====== DATA FOR THIS EXERCISE
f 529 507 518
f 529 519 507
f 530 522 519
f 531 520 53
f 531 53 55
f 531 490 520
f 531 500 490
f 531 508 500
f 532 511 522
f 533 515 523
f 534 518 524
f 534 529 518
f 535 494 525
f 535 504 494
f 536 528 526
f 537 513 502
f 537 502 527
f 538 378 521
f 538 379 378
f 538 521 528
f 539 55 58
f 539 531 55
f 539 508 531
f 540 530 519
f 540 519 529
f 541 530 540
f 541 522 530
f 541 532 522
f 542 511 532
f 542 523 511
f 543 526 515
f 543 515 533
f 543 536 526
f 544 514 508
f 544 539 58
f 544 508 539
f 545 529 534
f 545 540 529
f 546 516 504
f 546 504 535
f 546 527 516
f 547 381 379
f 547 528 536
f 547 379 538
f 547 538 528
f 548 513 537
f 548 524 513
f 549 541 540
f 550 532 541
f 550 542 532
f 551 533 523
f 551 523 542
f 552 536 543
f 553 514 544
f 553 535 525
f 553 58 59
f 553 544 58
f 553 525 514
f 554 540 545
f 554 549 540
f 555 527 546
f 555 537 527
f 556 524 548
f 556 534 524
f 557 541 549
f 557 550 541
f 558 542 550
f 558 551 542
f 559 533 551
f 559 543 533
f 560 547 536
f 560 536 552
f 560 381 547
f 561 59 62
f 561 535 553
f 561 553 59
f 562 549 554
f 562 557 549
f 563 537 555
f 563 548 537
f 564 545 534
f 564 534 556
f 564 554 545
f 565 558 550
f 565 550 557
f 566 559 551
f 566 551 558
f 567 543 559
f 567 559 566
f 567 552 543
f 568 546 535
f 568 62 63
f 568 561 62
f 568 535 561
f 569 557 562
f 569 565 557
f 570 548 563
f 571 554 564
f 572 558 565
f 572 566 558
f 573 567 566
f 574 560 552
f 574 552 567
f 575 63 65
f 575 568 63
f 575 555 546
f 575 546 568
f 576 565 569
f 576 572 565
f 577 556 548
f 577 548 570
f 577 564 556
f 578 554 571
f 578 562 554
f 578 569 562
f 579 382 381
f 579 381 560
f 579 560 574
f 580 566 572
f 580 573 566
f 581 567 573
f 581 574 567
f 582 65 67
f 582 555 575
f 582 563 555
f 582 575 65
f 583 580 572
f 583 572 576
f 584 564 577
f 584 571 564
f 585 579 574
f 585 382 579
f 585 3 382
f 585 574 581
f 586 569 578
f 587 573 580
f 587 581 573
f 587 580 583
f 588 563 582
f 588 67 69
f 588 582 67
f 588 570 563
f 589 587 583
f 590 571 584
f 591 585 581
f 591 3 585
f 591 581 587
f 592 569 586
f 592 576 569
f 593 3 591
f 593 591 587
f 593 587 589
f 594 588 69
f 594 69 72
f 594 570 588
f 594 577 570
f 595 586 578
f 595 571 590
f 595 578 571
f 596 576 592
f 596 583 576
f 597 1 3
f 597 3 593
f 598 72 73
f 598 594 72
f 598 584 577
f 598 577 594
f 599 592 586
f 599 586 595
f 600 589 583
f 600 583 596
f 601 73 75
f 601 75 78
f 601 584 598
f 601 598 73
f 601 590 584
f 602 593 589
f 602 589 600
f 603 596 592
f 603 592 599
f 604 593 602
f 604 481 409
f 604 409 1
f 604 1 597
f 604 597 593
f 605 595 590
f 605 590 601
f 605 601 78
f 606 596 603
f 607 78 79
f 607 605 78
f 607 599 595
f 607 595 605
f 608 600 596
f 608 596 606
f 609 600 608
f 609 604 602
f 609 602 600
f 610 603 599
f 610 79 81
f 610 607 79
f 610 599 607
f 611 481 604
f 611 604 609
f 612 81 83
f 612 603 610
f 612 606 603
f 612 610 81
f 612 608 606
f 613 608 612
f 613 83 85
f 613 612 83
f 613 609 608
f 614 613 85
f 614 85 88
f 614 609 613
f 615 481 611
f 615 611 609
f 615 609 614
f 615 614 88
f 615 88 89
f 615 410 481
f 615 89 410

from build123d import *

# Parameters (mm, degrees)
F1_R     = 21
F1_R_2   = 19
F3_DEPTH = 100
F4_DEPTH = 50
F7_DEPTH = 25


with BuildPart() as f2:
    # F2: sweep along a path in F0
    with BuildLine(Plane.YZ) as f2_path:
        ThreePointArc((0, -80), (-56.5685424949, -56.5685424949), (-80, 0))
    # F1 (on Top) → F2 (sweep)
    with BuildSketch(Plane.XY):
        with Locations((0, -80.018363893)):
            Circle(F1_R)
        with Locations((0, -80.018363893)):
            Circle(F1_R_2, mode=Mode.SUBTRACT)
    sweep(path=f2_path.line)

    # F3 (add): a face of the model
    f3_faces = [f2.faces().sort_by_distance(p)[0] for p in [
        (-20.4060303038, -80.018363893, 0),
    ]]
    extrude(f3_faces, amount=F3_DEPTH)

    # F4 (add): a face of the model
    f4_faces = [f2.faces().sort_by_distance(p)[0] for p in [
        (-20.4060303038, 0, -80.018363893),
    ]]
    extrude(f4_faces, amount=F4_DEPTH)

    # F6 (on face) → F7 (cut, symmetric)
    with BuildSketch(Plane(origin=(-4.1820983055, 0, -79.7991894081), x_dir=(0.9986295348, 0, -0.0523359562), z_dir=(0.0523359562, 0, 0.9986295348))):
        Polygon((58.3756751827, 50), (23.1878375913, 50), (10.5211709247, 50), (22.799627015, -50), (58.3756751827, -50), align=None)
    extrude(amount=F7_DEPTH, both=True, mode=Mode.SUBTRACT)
============
A complete, exact repeat of the records is the required answer.

* SOLUTION:
f 529 507 518
f 529 519 507
f 530 522 519
f 531 520 53
f 531 53 55
f 531 490 520
f 531 500 490
f 531 508 500
f 532 511 522
f 533 515 523
f 534 518 524
f 534 529 518
f 535 494 525
f 535 504 494
f 536 528 526
f 537 513 502
f 537 502 527
f 538 378 521
f 538 379 378
f 538 521 528
f 539 55 58
f 539 531 55
f 539 508 531
f 540 530 519
f 540 519 529
f 541 530 540
f 541 522 530
f 541 532 522
f 542 511 532
f 542 523 511
f 543 526 515
f 543 515 533
f 543 536 526
f 544 514 508
f 544 539 58
f 544 508 539
f 545 529 534
f 545 540 529
f 546 516 504
f 546 504 535
f 546 527 516
f 547 381 379
f 547 528 536
f 547 379 538
f 547 538 528
f 548 513 537
f 548 524 513
f 549 541 540
f 550 532 541
f 550 542 532
f 551 533 523
f 551 523 542
f 552 536 543
f 553 514 544
f 553 535 525
f 553 58 59
f 553 544 58
f 553 525 514
f 554 540 545
f 554 549 540
f 555 527 546
f 555 537 527
f 556 524 548
f 556 534 524
f 557 541 549
f 557 550 541
f 558 542 550
f 558 551 542
f 559 533 551
f 559 543 533
f 560 547 536
f 560 536 552
f 560 381 547
f 561 59 62
f 561 535 553
f 561 553 59
f 562 549 554
f 562 557 549
f 563 537 555
f 563 548 537
f 564 545 534
f 564 534 556
f 564 554 545
f 565 558 550
f 565 550 557
f 566 559 551
f 566 551 558
f 567 543 559
f 567 559 566
f 567 552 543
f 568 546 535
f 568 62 63
f 568 561 62
f 568 535 561
f 569 557 562
f 569 565 557
f 570 548 563
f 571 554 564
f 572 558 565
f 572 566 558
f 573 567 566
f 574 560 552
f 574 552 567
f 575 63 65
f 575 568 63
f 575 555 546
f 575 546 568
f 576 565 569
f 576 572 565
f 577 556 548
f 577 548 570
f 577 564 556
f 578 554 571
f 578 562 554
f 578 569 562
f 579 382 381
f 579 381 560
f 579 560 574
f 580 566 572
f 580 573 566
f 581 567 573
f 581 574 567
f 582 65 67
f 582 555 575
f 582 563 555
f 582 575 65
f 583 580 572
f 583 572 576
f 584 564 577
f 584 571 564
f 585 579 574
f 585 382 579
f 585 3 382
f 585 574 581
f 586 569 578
f 587 573 580
f 587 581 573
f 587 580 583
f 588 563 582
f 588 67 69
f 588 582 67
f 588 570 563
f 589 587 583
f 590 571 584
f 591 585 581
f 591 3 585
f 591 581 587
f 592 569 586
f 592 576 569
f 593 3 591
f 593 591 587
f 593 587 589
f 594 588 69
f 594 69 72
f 594 570 588
f 594 577 570
f 595 586 578
f 595 571 590
f 595 578 571
f 596 576 592
f 596 583 576
f 597 1 3
f 597 3 593
f 598 72 73
f 598 594 72
f 598 584 577
f 598 577 594
f 599 592 586
f 599 586 595
f 600 589 583
f 600 583 596
f 601 73 75
f 601 75 78
f 601 584 598
f 601 598 73
f 601 590 584
f 602 593 589
f 602 589 600
f 603 596 592
f 603 592 599
f 604 593 602
f 604 481 409
f 604 409 1
f 604 1 597
f 604 597 593
f 605 595 590
f 605 590 601
f 605 601 78
f 606 596 603
f 607 78 79
f 607 605 78
f 607 599 595
f 607 595 605
f 608 600 596
f 608 596 606
f 609 600 608
f 609 604 602
f 609 602 600
f 610 603 599
f 610 79 81
f 610 607 79
f 610 599 607
f 611 481 604
f 611 604 609
f 612 81 83
f 612 603 610
f 612 606 603
f 612 610 81
f 612 608 606
f 613 608 612
f 613 83 85
f 613 612 83
f 613 609 608
f 614 613 85
f 614 85 88
f 614 609 613
f 615 481 611
f 615 611 609
f 615 609 614
f 615 614 88
f 615 88 89
f 615 410 481
f 615 89 410

from build123d import *

# Parameters (mm, degrees)
F1_R     = 21
F1_R_2   = 19
F3_DEPTH = 100
F4_DEPTH = 50
F7_DEPTH = 25


with BuildPart() as f2:
    # F2: sweep along a path in F0
    with BuildLine(Plane.YZ) as f2_path:
        ThreePointArc((0, -80), (-56.5685424949, -56.5685424949), (-80, 0))
    # F1 (on Top) → F2 (sweep)
    with BuildSketch(Plane.XY):
        with Locations((0, -80.018363893)):
            Circle(F1_R)
        with Locations((0, -80.018363893)):
            Circle(F1_R_2, mode=Mode.SUBTRACT)
    sweep(path=f2_path.line)

    # F3 (add): a face of the model
    f3_faces = [f2.faces().sort_by_distance(p)[0] for p in [
        (-20.4060303038, -80.018363893, 0),
    ]]
    extrude(f3_faces, amount=F3_DEPTH)

    # F4 (add): a face of the model
    f4_faces = [f2.faces().sort_by_distance(p)[0] for p in [
        (-20.4060303038, 0, -80.018363893),
    ]]
    extrude(f4_faces, amount=F4_DEPTH)

    # F6 (on face) → F7 (cut, symmetric)
    with BuildSketch(Plane(origin=(-4.1820983055, 0, -79.7991894081), x_dir=(0.9986295348, 0, -0.0523359562), z_dir=(0.0523359562, 0, 0.9986295348))):
        Polygon((58.3756751827, 50), (23.1878375913, 50), (10.5211709247, 50), (22.799627015, -50), (58.3756751827, -50), align=None)
    extrude(amount=F7_DEPTH, both=True, mode=Mode.SUBTRACT)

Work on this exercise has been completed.